Spock Posted June 16, 2015 Posted June 16, 2015 (edited) https://videocardz.com/56561/amd-unveils-radeon-r9-fury-series The price tag is much lower then expected. And it appearently caught up with Maxwell at resterization power efficiency. Hawaii was already approximately en par at compute performance/watt. Cumpute is very architecture specific though. If you want to see it in benches, check for Furmark power draw and theoretical TFlops for an estimate.Side note: https://top500.org/blog/the-inside-story-of-lattice-csc-1-supercomputer-on-the-green500/ NVidia might have a problem untill Fermi gets released. Kepler just sucks because it lacks critical features, and the 970 has the vram issue. So they really have only 3 viable cards for team green and those are in the higher price range atm. More about the architecutres: Why you don't want to by Kepler:Maxwell and GCN 1.1+ have interally as much threads as ROPs, so they can work on another task when they have to wait for latencies. Besides Kepler has too few shader units to begin with. As more titles like the Witcher 3 come out that don't have the time to programm around this weakness and still do decent post processing, the problem will become more and more appearent. Not to mention any demanding tasks besides gaming. Sorry but that architecture was borked from the beginning :/ GCN 1.2's main feature is lossless color compression btw, which should save even more bandwidth. Afaik 3d graphics performance is currently not really limited by memory bandwidth though so the gain for gamere might me neglectable (unless you want high resolutions). Pascal:This will make me swing back to team green. Not that the gtx 980 isn't a great card but it only really excells at power efficiency at resterizing and costs more money then I'm willing to spend.For many tasks you really only need half precision (16 bit), much of the very stunning global illumination stuff for example. If that can be handled with almost double performance, AMD will have to react really quickly. [edit] Next gen NVidia is Pascal, not Fermi. Sorry for the blurp. Edited July 2, 2015 by Spock
paradoxbound Posted June 18, 2015 Posted June 18, 2015 I am looking forward to the Fury X. I am wondering if HBM will have any effect on performance with all the HD textures loading a heavily modded Skyrim needs to process. I was looking at replacing my pair of crossfired 290X Ubers with a single GTX 980ti but I think the Fury will be a better card.

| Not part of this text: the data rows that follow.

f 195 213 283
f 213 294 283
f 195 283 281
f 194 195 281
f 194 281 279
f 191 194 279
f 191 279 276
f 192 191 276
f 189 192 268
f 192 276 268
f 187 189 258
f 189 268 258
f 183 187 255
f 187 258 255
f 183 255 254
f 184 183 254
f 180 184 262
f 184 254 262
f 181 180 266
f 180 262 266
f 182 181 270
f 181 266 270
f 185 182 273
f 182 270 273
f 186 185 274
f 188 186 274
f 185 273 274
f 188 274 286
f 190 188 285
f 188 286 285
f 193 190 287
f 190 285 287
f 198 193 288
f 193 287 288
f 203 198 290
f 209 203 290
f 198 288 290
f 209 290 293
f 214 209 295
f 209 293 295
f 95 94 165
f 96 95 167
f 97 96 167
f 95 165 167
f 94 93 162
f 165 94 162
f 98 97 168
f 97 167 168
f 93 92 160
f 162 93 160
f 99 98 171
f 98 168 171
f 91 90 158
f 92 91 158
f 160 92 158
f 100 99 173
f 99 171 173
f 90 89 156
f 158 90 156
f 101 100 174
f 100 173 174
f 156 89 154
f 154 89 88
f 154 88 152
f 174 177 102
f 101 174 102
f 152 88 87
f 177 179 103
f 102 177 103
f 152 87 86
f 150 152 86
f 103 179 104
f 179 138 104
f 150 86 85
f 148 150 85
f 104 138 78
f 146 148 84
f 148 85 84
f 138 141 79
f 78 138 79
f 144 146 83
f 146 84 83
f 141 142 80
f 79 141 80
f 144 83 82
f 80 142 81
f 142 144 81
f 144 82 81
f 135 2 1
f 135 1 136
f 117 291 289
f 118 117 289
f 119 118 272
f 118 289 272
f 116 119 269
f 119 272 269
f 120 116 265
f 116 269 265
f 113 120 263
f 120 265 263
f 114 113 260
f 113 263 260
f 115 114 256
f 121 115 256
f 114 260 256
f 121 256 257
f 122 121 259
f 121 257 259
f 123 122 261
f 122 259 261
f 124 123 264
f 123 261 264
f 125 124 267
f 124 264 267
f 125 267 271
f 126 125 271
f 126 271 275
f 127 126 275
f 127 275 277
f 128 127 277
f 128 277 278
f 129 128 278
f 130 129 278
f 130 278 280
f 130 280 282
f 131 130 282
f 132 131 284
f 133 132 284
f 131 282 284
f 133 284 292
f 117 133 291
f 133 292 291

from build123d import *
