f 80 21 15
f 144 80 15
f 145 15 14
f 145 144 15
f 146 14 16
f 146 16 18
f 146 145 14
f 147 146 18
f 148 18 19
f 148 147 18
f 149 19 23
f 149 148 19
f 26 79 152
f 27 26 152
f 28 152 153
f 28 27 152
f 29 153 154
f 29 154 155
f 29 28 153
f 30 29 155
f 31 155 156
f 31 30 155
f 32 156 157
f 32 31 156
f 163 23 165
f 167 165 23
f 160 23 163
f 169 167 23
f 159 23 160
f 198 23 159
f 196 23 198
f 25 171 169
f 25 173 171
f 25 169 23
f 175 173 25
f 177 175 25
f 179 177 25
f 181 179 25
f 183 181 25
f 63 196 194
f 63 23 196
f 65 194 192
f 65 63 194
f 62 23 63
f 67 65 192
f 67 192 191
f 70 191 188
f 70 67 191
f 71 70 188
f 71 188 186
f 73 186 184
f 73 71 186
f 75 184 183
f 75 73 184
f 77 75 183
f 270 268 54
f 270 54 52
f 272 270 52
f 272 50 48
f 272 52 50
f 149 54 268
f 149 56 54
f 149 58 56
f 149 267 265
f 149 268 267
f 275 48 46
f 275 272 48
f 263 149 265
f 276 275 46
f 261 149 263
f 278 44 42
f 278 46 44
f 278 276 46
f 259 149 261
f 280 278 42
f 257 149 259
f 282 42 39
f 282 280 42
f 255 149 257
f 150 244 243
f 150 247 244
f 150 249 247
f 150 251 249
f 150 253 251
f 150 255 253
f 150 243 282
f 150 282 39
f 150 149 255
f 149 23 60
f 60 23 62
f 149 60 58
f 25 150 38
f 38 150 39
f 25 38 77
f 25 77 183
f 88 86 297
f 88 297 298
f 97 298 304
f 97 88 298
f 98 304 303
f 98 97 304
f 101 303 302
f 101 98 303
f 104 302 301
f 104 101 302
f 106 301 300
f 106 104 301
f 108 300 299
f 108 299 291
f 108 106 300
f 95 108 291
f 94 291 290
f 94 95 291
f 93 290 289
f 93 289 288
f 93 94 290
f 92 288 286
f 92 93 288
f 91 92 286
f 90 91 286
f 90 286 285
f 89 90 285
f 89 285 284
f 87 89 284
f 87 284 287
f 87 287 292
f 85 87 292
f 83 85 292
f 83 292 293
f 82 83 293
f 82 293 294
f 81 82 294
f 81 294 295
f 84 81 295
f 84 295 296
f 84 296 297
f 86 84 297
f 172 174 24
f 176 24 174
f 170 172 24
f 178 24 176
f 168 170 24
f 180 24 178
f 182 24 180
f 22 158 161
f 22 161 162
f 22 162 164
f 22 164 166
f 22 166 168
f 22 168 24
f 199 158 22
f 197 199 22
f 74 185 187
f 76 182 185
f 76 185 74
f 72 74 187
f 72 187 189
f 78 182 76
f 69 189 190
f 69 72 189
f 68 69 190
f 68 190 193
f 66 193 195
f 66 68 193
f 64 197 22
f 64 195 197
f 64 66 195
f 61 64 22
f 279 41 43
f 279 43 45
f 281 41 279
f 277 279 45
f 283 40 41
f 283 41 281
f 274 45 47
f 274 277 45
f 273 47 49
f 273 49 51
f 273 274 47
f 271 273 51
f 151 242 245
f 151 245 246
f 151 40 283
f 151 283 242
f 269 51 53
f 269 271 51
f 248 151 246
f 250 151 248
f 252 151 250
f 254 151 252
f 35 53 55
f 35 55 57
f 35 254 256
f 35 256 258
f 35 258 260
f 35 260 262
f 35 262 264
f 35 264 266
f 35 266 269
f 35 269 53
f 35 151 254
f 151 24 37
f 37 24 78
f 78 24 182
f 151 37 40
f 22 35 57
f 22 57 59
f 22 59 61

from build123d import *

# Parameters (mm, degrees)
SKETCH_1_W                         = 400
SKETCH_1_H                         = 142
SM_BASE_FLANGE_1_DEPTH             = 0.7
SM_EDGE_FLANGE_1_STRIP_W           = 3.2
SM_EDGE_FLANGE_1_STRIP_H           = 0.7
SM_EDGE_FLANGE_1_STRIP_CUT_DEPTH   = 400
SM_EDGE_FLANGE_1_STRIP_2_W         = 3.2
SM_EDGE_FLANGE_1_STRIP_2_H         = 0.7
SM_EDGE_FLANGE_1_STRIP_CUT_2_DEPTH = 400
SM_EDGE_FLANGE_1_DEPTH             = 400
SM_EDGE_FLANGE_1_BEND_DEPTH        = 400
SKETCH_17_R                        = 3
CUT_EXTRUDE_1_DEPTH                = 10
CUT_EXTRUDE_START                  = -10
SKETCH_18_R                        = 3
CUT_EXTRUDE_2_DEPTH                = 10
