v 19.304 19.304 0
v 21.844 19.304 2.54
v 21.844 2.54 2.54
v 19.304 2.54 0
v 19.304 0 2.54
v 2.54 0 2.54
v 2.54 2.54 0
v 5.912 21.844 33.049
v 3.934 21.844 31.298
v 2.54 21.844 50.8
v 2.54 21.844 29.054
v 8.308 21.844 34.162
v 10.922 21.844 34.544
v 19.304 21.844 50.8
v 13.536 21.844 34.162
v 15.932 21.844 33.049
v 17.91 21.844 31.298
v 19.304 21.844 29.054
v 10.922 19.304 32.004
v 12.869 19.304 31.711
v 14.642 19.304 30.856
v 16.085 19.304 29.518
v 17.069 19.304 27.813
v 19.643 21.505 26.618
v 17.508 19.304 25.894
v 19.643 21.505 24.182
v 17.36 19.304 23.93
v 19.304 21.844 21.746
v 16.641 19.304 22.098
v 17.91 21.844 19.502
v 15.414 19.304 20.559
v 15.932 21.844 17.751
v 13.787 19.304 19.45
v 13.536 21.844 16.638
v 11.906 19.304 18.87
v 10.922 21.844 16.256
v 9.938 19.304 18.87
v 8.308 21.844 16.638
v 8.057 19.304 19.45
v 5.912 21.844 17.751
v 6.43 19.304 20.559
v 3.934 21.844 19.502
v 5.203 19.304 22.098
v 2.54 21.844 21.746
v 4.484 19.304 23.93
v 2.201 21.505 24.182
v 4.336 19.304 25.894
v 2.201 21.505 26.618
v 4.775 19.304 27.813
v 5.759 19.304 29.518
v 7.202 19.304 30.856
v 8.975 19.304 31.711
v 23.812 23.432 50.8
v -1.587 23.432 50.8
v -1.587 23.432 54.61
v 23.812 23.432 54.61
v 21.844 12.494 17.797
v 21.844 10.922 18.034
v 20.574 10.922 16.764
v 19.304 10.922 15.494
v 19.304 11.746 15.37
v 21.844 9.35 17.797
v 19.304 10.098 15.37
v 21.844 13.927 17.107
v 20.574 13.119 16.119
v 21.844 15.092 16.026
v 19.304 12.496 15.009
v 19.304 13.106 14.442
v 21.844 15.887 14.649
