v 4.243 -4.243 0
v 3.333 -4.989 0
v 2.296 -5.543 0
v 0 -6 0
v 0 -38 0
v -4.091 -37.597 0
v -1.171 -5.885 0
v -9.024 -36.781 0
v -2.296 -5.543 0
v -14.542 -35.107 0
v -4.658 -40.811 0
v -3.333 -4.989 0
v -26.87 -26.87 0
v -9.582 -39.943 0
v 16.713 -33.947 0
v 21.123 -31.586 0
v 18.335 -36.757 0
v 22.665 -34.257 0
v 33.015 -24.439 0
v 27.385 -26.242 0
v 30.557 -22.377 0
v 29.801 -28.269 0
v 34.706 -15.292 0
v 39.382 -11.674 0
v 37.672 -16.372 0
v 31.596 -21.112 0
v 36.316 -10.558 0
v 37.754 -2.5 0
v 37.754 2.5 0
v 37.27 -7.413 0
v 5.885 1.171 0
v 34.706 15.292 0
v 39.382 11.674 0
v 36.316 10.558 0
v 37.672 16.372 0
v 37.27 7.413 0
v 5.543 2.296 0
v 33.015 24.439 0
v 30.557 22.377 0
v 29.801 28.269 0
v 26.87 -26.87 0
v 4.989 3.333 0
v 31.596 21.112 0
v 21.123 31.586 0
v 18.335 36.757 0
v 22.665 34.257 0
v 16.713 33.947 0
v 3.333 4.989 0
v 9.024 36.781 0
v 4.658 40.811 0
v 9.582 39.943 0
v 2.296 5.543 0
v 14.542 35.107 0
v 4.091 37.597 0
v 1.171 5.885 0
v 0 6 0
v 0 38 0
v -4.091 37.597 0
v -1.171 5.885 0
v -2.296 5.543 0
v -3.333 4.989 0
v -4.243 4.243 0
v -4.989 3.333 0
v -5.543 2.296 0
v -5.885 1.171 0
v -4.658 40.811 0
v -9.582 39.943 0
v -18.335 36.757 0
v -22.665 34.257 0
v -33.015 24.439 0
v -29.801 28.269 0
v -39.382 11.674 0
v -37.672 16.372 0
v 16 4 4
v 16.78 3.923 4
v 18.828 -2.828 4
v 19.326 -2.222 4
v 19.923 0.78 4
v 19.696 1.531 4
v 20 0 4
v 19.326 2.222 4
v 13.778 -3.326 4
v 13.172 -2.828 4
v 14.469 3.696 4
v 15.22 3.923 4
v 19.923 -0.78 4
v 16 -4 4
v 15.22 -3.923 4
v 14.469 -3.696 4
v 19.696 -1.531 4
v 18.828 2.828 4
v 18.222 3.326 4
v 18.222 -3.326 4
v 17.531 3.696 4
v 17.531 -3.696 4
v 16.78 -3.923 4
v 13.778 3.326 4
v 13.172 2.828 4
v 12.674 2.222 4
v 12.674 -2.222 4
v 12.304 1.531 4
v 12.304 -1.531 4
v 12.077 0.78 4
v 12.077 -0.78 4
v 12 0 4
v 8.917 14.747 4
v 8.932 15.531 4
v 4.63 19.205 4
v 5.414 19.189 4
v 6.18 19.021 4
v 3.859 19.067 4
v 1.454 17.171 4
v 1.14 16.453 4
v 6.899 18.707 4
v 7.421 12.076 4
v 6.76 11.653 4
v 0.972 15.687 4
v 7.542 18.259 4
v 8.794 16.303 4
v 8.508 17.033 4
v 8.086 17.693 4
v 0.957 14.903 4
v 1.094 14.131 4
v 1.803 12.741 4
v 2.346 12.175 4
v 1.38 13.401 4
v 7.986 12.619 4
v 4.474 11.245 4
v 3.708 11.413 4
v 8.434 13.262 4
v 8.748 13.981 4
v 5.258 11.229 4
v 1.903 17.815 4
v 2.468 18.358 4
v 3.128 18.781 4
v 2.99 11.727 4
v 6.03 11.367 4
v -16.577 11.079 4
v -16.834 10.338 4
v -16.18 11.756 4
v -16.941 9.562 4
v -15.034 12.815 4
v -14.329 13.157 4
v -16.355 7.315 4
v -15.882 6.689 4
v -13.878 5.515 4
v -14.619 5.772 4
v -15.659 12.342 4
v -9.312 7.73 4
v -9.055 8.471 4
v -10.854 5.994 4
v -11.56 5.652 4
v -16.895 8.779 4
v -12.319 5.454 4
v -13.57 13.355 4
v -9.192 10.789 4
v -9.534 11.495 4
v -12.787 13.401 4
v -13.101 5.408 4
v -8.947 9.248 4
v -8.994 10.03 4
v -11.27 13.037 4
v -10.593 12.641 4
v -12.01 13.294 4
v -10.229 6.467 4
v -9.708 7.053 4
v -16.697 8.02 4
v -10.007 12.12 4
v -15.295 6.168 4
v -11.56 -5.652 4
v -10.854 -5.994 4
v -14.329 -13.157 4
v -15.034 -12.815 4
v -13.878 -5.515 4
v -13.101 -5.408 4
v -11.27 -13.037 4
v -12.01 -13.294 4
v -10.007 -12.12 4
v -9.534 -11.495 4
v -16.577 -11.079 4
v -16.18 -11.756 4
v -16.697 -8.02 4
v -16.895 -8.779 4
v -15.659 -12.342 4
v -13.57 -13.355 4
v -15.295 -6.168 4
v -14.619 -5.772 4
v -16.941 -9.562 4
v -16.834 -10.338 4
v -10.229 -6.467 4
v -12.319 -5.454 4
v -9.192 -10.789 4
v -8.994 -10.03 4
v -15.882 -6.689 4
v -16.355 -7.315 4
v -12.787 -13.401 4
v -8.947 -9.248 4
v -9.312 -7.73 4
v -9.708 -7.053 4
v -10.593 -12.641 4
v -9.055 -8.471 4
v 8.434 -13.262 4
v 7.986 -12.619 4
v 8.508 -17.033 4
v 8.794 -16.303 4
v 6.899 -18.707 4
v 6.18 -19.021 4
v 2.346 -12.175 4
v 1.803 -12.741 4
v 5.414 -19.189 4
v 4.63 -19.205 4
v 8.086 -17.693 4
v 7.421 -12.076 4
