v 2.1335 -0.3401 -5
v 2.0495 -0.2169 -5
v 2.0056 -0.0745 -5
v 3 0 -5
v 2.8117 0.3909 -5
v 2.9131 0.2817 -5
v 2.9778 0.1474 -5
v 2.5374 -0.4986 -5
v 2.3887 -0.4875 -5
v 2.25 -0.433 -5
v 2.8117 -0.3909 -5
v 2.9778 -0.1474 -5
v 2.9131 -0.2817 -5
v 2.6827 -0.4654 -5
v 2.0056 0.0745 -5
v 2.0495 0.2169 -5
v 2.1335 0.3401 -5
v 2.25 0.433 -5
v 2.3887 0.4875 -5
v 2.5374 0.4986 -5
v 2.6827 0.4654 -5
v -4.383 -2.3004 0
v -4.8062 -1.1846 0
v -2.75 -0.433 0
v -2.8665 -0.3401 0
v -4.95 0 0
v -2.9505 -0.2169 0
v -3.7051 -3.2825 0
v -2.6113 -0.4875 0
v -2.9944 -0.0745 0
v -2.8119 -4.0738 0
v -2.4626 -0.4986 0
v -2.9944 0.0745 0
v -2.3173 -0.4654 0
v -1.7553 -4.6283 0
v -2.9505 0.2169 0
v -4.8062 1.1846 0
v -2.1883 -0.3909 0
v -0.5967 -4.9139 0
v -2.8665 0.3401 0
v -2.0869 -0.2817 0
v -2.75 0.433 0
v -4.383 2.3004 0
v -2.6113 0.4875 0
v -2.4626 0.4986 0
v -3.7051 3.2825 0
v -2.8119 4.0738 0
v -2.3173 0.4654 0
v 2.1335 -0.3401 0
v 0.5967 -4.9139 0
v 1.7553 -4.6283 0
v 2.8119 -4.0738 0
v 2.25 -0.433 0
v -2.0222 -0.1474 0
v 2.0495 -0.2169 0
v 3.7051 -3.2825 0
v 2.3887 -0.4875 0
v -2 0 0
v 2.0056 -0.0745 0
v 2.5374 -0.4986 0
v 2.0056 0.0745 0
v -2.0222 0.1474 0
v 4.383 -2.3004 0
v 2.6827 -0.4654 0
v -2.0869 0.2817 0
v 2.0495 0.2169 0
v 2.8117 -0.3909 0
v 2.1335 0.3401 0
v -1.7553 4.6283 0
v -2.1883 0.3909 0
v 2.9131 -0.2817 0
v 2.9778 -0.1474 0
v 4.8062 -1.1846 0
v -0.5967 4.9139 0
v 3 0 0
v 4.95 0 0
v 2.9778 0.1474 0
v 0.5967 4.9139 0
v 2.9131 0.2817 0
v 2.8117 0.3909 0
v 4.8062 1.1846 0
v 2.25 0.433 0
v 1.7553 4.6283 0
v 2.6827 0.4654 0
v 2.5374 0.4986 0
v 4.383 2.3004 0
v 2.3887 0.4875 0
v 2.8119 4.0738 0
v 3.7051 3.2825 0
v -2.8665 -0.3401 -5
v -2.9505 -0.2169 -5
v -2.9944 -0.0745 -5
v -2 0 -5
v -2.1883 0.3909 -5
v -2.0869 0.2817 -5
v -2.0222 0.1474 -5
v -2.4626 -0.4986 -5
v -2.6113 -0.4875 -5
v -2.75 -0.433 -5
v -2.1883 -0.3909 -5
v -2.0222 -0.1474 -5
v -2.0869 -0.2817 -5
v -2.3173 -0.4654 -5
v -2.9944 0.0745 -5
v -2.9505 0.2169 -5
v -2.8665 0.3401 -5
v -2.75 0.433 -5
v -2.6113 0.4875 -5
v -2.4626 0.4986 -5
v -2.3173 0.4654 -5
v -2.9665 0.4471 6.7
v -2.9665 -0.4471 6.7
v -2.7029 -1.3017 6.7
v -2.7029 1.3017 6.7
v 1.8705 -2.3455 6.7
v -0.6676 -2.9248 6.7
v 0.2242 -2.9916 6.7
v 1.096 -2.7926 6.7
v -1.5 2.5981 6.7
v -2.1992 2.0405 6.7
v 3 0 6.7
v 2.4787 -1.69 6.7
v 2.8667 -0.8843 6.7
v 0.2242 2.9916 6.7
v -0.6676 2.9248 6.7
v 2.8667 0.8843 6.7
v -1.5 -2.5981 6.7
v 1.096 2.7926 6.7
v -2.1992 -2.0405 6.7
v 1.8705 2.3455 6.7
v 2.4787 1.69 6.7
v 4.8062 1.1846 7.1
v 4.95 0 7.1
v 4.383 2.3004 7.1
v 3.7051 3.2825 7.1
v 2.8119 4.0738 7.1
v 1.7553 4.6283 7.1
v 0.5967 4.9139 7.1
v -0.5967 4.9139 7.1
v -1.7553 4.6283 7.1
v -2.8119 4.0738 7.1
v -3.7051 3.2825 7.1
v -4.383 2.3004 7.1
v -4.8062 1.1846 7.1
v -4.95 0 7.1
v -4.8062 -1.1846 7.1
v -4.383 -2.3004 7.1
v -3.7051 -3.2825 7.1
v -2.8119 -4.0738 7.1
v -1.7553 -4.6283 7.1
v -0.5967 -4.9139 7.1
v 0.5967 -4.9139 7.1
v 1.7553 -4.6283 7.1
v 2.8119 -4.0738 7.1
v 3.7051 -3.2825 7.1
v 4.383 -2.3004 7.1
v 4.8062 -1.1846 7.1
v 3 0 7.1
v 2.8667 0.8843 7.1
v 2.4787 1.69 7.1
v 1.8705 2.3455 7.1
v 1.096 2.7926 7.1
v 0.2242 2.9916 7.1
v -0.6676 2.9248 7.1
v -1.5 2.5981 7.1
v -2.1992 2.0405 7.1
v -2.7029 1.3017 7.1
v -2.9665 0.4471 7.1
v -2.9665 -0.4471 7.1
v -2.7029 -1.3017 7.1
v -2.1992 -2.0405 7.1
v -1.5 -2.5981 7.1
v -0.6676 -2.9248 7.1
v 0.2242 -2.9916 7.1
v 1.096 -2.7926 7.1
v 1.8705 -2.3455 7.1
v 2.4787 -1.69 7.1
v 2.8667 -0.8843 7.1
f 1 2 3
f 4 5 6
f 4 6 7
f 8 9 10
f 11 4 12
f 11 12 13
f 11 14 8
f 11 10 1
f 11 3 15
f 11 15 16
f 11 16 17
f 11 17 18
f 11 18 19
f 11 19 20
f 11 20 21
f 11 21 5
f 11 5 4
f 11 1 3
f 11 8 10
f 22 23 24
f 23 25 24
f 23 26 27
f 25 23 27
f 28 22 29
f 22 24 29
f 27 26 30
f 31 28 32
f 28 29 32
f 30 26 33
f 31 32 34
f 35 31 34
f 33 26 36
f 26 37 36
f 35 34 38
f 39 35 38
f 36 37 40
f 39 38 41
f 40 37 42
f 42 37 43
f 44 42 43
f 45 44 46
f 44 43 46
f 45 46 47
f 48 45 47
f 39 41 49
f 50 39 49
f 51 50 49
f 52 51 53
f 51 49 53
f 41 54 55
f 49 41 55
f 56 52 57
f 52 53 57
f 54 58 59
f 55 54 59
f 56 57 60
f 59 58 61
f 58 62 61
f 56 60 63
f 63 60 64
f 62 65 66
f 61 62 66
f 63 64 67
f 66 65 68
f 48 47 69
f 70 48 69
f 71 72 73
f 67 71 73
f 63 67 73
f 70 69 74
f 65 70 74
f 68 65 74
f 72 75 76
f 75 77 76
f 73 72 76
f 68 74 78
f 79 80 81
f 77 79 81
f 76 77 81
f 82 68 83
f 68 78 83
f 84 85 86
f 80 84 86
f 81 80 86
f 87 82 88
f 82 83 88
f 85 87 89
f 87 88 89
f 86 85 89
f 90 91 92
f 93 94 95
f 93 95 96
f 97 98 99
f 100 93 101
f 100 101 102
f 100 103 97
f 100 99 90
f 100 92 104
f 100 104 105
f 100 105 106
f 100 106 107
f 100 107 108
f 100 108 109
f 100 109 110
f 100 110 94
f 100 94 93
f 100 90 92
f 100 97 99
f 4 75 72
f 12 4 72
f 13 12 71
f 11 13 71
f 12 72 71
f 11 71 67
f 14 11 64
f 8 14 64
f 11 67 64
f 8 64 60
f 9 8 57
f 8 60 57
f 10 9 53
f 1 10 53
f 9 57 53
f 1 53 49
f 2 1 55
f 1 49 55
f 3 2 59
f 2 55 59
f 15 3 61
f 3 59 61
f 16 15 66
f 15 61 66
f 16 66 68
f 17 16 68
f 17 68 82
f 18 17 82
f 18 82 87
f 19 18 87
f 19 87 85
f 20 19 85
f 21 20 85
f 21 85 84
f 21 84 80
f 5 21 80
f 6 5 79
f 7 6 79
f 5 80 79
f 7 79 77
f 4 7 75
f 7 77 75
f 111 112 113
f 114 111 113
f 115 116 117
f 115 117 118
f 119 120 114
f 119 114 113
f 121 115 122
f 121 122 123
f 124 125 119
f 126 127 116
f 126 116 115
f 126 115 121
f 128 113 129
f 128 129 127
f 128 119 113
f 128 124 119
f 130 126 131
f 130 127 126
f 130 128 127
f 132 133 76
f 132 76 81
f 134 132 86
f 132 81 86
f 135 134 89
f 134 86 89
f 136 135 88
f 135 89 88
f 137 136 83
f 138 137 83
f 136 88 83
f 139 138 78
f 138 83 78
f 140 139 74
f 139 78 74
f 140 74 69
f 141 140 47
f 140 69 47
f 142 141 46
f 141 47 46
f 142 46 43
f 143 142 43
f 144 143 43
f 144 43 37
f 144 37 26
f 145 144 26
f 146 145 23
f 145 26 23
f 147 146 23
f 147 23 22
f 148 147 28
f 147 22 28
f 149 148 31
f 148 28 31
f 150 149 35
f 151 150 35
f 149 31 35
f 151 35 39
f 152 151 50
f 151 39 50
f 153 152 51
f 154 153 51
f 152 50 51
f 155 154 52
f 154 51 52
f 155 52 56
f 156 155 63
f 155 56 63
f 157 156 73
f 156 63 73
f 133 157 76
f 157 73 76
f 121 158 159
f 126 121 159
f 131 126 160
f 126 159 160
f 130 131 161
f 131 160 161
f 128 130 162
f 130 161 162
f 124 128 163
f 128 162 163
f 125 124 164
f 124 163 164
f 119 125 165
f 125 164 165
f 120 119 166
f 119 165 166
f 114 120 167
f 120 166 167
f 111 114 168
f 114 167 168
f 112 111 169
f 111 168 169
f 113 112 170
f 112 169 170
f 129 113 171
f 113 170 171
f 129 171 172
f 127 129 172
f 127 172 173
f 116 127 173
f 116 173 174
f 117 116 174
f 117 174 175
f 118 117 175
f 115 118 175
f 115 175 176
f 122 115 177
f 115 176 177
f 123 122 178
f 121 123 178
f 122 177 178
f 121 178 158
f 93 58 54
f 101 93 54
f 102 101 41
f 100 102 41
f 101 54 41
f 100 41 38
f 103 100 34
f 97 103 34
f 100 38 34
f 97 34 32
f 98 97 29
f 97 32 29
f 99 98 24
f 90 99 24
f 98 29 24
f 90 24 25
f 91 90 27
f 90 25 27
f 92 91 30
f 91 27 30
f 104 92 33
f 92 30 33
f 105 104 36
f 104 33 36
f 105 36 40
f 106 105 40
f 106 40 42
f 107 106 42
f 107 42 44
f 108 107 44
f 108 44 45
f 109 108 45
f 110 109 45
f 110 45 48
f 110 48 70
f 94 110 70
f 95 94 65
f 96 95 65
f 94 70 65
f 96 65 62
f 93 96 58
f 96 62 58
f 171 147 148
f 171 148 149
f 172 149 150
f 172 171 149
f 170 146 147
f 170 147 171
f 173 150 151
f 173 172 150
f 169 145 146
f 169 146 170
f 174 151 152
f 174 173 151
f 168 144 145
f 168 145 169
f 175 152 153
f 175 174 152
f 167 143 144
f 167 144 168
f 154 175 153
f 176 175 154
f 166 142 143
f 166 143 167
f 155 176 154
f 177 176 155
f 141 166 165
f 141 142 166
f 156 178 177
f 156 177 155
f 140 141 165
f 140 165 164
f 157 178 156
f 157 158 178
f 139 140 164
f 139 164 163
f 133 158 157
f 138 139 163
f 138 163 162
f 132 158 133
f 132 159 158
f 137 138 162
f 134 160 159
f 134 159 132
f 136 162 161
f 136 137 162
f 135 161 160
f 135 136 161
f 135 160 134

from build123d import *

# Parameters (mm, degrees)
SKETCH_R     = 4.95
PAD_DEPTH    = 7.1
SKETCH001_R  = 0.5
PAD001_DEPTH = 5
SKETCH002_R  = 3
POCKET_DEPTH = 0.4


with BuildPart() as part:
    # Sketch → Pad (new body)
    with BuildSketch(Plane.XY):
        Circle(SKETCH_R)
    extrude(amount=PAD_DEPTH)

    # Sketch001 → Pad001 (new body)
    with BuildSketch(Plane(origin=(0, 0, 0), x_dir=(1, 0, 0), z_dir=(0, 0, -1))):
        with Locations((2.5, 0)):
            Circle(SKETCH001_R)
        with Locations((-2.5, 0)):
            Circle(SKETCH001_R)
    extrude(amount=PAD001_DEPTH)

    # Sketch002 → Pocket (cut)
    with BuildSketch(Plane.XY.offset(7.1)):
        Circle(SKETCH002_R)
    extrude(amount=-POCKET_DEPTH, mode=Mode.SUBTRACT)


solid = part.part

Spock Posted June 18, 2015 Author Posted June 18, 2015 (edited) I don't think HBM will have a huge effect on Gaming performance at 1080p. Afaik the latency of HBM is acutally not lower then GDDR 5, I doubt the extra bandwidth will be of much use. For compute this is a different ballpark. Afaik there are compute tasks which are severely bottlenecked by memory bandwidth. The better power efficiency and the advantages for the PCB layout will be huge for clusters. Also: 8.6 (theoretical) TFlops! THat shader performance will probably allow you to go bonkers with ENB settings. This will probably be the card that can handle Skyrim at 1440p/1600p with demanding ENB settings. Edited June 18, 2015 by Spock
Spock Posted June 19, 2015 Author Posted June 19, 2015 Sorry for the double post but official benchmarks are leaked: https://videocardz.com/56711/amd-radeon-r9-fury-x-official-benchmarks-leaked They should be taken with a grain of salt though. Fury will probably benefit much more from it's memory bandwidth at 4k then at 1080p. Also, AMD will have picked the most unfavorible settings for NVidia.